Territory: Los Angeles

Criminal activities: Murder, drug trafficking, robbery, extortion

Number of members: 15,000 to 30,000

Thousands of members of the Blood street gang were establishing themselves as a formidable force among gangs and continued a steady drive for recruitment. At this time, the Bloods were more violent than other gangs but much less organized.

The Bloods are violent and run much of the inner city drugs in the US

4. 18th Street Gang

Territory: Los Angeles, Western and Southern U.S., Central America

Criminal activities: Drug and gun trafficking, robbery, extortion, murder, contract killing, prostitution

Number of members: 65,000

18th Street is considered to be the second largest gang in Los Angeles, California.

18th Street is a well established gang that is involved in all areas of street-crime (as opposed to corporate crime). Some members have even become involved in producing fraudulent Immigration and Customs Enforcement identification cards and food stamps. Several 18th Street gang members have evolved into a higher level of sophistication and organization than other gangs. They also have been linked to occurrences of murder, murder-for-hire, assaults, drug trafficking, extortion, vandalism, drug smuggling, prostitution, robbery, and weapons trafficking, as well as other crimes.

3. Crips

Territory: Los Angeles

Criminal activities: Drug trafficking, robbery, murder, extortion, ID theft

Number of members: 50,000

The alliance with the 18th Street Gang has strengthened has made the Crips even more powerful.
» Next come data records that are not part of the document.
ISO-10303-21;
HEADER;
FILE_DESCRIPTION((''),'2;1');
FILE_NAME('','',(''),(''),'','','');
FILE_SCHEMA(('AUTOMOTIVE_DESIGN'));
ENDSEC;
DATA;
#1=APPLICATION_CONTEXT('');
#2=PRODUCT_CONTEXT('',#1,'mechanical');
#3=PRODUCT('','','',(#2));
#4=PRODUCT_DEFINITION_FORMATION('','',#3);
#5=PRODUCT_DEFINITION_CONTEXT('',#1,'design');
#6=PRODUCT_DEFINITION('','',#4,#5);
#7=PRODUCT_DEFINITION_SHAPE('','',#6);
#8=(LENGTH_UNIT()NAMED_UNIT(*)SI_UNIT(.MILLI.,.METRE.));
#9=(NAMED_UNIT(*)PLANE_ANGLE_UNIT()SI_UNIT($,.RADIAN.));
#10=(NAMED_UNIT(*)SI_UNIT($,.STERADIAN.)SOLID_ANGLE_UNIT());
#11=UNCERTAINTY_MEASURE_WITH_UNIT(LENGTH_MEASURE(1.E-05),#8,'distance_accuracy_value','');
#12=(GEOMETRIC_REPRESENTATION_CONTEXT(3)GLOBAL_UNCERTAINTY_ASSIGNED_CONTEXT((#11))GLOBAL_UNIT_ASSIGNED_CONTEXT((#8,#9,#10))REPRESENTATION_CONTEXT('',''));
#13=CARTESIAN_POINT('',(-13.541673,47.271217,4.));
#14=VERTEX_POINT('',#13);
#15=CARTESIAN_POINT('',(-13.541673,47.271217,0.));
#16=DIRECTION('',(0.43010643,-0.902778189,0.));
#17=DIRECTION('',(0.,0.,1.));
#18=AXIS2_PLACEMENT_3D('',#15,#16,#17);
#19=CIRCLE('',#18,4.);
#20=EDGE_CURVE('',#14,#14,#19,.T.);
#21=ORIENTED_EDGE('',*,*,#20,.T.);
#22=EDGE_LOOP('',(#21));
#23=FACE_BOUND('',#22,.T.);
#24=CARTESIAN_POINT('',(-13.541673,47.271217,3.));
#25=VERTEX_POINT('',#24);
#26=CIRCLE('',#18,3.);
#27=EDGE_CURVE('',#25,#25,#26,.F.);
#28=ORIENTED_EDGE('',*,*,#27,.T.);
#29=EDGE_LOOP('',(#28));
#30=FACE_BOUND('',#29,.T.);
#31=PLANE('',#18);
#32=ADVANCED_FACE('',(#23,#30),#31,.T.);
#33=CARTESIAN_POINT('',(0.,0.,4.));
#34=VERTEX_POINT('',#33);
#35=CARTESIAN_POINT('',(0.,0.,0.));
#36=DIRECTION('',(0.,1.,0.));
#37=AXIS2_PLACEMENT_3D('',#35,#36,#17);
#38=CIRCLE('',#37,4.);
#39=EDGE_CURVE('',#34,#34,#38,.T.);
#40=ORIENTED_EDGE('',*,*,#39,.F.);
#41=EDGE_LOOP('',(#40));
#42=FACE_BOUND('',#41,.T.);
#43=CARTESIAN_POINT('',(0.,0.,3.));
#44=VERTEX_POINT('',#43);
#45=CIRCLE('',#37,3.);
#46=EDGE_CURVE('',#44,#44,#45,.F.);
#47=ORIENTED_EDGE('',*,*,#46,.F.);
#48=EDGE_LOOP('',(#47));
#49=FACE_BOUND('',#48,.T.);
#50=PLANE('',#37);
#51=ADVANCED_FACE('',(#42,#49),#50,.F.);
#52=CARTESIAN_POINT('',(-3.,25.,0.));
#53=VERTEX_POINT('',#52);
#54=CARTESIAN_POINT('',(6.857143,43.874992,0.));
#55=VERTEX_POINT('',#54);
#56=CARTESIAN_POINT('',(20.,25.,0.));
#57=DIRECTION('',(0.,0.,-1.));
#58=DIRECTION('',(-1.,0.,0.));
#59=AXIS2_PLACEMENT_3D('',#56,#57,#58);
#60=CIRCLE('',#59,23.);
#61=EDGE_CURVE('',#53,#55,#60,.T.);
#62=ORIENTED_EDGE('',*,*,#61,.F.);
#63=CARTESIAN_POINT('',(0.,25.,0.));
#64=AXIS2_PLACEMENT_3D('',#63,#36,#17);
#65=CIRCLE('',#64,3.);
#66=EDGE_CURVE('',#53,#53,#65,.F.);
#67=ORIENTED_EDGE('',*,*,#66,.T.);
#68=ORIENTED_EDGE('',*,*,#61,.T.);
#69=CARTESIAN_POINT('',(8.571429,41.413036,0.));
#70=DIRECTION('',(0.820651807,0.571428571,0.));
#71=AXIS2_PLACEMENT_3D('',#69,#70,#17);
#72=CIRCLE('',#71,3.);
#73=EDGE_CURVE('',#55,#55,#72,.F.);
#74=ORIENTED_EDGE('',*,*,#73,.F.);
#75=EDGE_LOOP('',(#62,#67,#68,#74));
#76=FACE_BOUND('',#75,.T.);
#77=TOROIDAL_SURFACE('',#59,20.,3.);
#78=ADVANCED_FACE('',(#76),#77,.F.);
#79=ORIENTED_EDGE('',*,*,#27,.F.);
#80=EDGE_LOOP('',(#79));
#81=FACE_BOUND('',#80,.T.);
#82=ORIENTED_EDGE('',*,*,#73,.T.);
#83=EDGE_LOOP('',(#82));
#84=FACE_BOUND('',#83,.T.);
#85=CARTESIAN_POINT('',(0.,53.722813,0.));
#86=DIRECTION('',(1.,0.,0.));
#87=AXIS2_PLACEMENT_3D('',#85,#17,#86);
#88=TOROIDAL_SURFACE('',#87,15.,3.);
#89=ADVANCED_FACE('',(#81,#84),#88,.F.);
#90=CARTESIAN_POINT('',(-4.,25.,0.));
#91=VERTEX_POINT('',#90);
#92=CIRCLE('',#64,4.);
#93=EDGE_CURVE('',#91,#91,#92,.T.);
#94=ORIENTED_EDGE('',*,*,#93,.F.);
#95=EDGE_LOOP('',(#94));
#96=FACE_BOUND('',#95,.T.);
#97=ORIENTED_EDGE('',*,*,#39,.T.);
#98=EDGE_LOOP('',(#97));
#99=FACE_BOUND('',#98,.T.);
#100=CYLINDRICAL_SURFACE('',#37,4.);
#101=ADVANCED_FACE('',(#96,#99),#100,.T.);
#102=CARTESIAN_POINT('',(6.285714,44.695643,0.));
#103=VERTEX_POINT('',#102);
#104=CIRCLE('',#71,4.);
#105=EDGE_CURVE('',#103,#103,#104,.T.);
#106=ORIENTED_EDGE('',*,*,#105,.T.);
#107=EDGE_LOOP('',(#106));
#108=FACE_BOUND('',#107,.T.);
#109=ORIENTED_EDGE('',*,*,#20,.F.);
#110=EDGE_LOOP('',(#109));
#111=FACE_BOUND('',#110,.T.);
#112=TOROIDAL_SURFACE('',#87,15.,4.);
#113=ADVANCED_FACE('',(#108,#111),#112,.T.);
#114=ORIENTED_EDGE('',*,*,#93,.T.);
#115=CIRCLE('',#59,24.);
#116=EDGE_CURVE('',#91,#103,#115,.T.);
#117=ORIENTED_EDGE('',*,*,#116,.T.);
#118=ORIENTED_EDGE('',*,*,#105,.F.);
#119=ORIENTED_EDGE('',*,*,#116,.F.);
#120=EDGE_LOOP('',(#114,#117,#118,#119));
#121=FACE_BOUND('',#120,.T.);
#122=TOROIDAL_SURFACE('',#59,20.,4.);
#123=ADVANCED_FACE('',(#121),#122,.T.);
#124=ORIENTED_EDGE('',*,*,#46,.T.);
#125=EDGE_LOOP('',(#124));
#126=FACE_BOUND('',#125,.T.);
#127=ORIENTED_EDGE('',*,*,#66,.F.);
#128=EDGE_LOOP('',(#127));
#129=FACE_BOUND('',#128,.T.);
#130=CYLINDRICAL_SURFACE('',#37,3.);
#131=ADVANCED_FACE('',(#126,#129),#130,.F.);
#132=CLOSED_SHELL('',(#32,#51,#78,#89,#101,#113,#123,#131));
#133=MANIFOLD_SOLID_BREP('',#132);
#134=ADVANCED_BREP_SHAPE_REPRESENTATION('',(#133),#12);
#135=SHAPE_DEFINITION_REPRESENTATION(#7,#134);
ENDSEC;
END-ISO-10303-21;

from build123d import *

# Parameters (mm, degrees)
IZIM4_R   = 4
IZIM4_R_2 = 3


with BuildPart() as part:
    # Süpür1: sweep along a path in Çizim3
    with BuildLine(Plane.XY) as s_p_r1_path:
        Line((0, 0), (0, 25))
        ThreePointArc((0, 25), (2.271894791, 34.258200998), (8.571428571, 41.413036133))
        ThreePointArc((8.571428571, 41.413036133), (3.84127611, 68.22262695), (-13.541672839, 47.271216785))
    # Çizim4 → Süpür1 (sweep)
    with BuildSketch(Plane(origin=(0, 0, 0), x_dir=(1, 0, 0), z_dir=(0, 1, 0))):
        Circle(IZIM4_R)
        Circle(IZIM4_R_2, mode=Mode.SUBTRACT)
    sweep(path=s_p_r1_path.line)


solid = part.part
The Crips are one of the largest and most violent associations of street gangs in the United States, with an estimated 50,000 members. The gang is known to be involved in murders, robberies, and drug dealing, among many other criminal pursuits. The gang is known for its gang members’ use of the color blue in their clothing. However, this practice has waned due to police crackdowns on gang members.

2. Mexican Mafia

Territory: Prison but control most of the drugs and Mexican street gangs in the US

Criminal activities: Murder, money laundering, weapon trafficking, drug trafficking, Kidnapping, pandering, racketeering, extortion and illegal gambling

Number of members: 500-600 Inducted Members/ Leaders, over 50,000 Associates

The Mexican Mafia, also known as La Eme (Spanish for the letter M) is a Mexican-American criminal organization, and is one of the oldest and most powerful prison gangs in the United States.

The Mexican Mafia is the controlling organization for almost every Chicano gang in Southern California. All members of Chicano gangs in Southern California are obligated under the threat of death to carry out any and all orders from made Mexican Mafia members. The Mexican Mafia also holds a loose alliance with the Aryan Brotherhood, mainly due to their common rivals within the prison system.

The Mexican Mafia is an organization involved in extortion, drug trafficking, and murder, both inside and outside the prison system. According to the Federal Bureau of Investigation, the Mexican Mafia had arranged for contract killings to be carried out by the Aryan Brotherhood, a white prison gang. Both the Mexican Mafia and the Aryan Brotherhood are mutual enemies of the African-American gang Black Guerilla Family.

1 Mara Salvatrucha (MS-13)

Territory: Central America, the United States

Criminal activities: Drugs, guns and human trafficking, murder, contract killing, extortion, kidnapping

Number of members: 70,000

Right now, the street gang getting the most attention around the world is MS-13. The gang is a product of the Cold War, born of refugees from the 1980s Salvadoran Civil War who landed in Los Angeles. For a street gang, MS-13 operates with extreme organizational efficiency.

The majority of the gang is ethnically composed of Central Americans and active in urban and suburban areas.

They have been the most violent and fast rising gang in the North America today. Even the Mexican Drug cartels are paying them for protection of their drug routes.